Open GoogleCodeExporter opened 9 years ago

GoogleCodeExporter commented 9 years ago
I cannot reproduce this in a new instance of xpra, however I have an 
instance running which is exhibiting this behaviour and can therefore run 
tests on it.

The symptom is that the following keys: <>|\@{}[] have become the 
following, respectively: ZX¬-Q&)89

This is the case on all applications I've tested with, and regardless of 
connection point - on the server or elsewhere. The both machines have the 
same language and keyboard settings ($LANG=en_GB.UTF-8, 
$GDM_KEYBOARD_LAYOUT=gb).

Trying to reproduce this, all I could get was that after running xterm 
twice on the xpra display, Alt_L would appear to be held down and so odd 
characters would be printed from most keys.
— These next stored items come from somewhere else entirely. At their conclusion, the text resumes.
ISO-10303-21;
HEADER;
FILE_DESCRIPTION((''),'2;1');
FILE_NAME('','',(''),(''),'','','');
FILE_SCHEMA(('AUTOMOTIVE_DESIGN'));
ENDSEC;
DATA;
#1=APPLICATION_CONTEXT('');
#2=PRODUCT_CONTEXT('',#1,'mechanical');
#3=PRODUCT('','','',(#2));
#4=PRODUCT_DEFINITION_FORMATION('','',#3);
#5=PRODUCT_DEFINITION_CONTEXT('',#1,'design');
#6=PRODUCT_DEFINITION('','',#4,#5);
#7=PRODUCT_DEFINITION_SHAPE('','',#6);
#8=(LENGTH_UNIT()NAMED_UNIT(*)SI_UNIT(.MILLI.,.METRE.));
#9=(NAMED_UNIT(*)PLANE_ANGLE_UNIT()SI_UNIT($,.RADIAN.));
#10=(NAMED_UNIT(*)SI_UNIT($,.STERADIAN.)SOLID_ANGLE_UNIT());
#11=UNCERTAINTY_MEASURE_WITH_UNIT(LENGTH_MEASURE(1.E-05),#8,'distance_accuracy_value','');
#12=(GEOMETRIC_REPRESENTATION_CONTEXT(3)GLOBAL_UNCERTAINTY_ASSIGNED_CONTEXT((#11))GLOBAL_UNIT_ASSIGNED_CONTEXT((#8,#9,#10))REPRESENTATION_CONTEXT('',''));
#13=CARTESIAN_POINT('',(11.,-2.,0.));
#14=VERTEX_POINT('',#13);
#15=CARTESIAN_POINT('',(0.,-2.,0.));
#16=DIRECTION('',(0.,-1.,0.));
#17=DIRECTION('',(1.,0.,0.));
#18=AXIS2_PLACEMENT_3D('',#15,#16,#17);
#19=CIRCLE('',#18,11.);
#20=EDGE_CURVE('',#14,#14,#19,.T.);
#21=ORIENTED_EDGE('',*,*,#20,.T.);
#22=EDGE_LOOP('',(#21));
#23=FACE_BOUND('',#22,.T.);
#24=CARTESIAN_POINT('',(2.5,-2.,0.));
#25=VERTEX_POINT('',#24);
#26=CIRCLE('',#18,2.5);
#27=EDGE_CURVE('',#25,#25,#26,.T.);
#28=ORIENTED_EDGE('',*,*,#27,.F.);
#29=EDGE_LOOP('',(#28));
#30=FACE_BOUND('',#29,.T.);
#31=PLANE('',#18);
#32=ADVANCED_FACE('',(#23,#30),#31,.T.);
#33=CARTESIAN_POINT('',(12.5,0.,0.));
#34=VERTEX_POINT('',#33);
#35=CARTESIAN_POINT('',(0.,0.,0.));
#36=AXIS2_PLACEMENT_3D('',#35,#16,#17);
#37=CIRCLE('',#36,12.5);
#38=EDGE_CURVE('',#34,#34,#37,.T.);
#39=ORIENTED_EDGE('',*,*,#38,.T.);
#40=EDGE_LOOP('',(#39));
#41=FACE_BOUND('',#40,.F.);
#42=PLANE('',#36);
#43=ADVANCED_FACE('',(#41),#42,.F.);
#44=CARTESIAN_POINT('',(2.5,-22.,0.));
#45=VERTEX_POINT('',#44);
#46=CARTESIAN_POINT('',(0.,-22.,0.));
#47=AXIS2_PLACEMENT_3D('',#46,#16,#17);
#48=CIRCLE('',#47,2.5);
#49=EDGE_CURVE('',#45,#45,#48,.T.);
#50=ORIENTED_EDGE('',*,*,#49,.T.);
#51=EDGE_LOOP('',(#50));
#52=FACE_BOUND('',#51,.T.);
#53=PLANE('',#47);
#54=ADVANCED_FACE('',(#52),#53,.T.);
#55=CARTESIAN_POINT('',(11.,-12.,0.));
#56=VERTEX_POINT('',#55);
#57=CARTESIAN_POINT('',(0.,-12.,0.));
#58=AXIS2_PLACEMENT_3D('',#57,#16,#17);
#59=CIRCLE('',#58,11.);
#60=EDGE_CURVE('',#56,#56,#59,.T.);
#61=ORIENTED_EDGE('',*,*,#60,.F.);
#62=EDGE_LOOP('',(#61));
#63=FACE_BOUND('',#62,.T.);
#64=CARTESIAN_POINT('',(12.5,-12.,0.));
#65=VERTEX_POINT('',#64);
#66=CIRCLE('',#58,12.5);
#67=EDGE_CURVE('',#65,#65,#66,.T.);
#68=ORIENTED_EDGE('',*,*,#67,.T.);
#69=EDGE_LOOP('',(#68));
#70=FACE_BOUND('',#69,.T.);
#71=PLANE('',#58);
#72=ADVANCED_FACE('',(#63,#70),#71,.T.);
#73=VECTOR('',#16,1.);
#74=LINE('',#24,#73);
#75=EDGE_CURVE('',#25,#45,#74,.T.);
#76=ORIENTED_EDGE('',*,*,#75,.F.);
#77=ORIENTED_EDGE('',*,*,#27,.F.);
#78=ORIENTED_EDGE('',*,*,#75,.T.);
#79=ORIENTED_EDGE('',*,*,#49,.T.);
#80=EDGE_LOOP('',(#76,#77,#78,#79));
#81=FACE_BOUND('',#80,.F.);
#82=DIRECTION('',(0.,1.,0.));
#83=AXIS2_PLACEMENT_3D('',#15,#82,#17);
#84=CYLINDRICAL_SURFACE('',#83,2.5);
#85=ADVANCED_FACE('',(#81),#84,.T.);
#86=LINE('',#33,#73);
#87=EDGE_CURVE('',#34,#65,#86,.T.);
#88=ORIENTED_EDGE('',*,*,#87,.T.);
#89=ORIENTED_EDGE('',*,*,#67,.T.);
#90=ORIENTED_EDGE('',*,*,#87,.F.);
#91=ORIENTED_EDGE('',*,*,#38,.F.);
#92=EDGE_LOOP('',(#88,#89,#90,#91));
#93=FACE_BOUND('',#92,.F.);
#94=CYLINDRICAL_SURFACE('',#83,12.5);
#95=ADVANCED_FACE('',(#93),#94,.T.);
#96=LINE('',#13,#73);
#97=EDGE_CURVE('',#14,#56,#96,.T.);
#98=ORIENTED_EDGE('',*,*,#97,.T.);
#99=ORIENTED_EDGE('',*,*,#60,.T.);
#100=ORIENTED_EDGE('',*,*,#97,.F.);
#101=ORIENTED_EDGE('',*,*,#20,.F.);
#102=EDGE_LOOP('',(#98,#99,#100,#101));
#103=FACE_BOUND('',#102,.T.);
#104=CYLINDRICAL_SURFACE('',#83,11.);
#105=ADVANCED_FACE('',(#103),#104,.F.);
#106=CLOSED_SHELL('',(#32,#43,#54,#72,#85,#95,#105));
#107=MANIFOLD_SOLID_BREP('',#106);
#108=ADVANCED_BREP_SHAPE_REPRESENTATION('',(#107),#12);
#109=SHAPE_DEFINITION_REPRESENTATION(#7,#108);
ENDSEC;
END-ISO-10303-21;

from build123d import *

# Parameters (mm, degrees)
F0_R     = 12.5
F1_DEPTH = 2
F2_R     = 12.5
F2_R_2   = 11
F3_DEPTH = 10
F4_R     = 2.5
F5_DEPTH = 20


with BuildPart() as f1:
    # F0 (on Front) → F1 (new body)
    with BuildSketch(Plane.XZ):
        Circle(F0_R)
    extrude(amount=F1_DEPTH)

    # F2 (on face) → F3 (join)
    with BuildSketch(Plane.XZ.offset(2)):
        Circle(F2_R)
        Circle(F2_R_2, mode=Mode.SUBTRACT)
    extrude(amount=F3_DEPTH)

    # F4 (on face) → F5 (join)
    with BuildSketch(Plane.XZ.offset(2)):
        Circle(F4_R)
    extrude(amount=F5_DEPTH)


solid = f1.part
Pressing Alt_L fixes this, but 
not the original problem.
Of note is that, on my keyboard layout, < (shift+comma) is replaced with Z,  
and if I press AltGr (ISO_Level3_Shift) Shift and Z, I get a < - the same 
pattern works for all keys. If I AltGr and the character that displays when 
I hit one of the dodgy keys, I get the character I want.

xmomdap -pk reports a slightly different layout - but nothing for the 
normal punctuation keys that are affected.

Original issue reported on code.google.com by thefishf...@gmail.com on 26 Apr 2010 at 2:32

GoogleCodeExporter commented 9 years ago
Further testing shows that this happens if you enable GTK themes with the by 
starting 
xpra with dbus and gnome-settings-daemon, but not otherwise.

I'm not sure why this is. After some more poking, I discovered the root cause 
of the 
problem - server.py:435

 return self._keymap.get_entries_for_keyval(keyval)[0][0]

This will fail if get_entries_for_keyval returns more than one keycode for a 
given 
keyval - i.e. in my case if you look up the keyval '60' (for '<') then it 
returns the 
following:

 ((52, 0, 3), (59, 0, 1))

This is because you can either obtain the < symbol from the z-key at keyboard 
level 
3, or from the comma key at level 1.
I've looked at the code and it looks like it will be complicated to determine 
what 
the current group and level are. XKB defines rules for working this out and you 
can 
print them with xkbcomp, but I don't know how to access this stuff with GDK.

An immediate work-around is to remove duplicate keys from your keymap, or to 
just use 
some kind of generic rule for determining the keyboard level, and ignore the 
group. 
This would probably solve it for one type of keyboard only, though.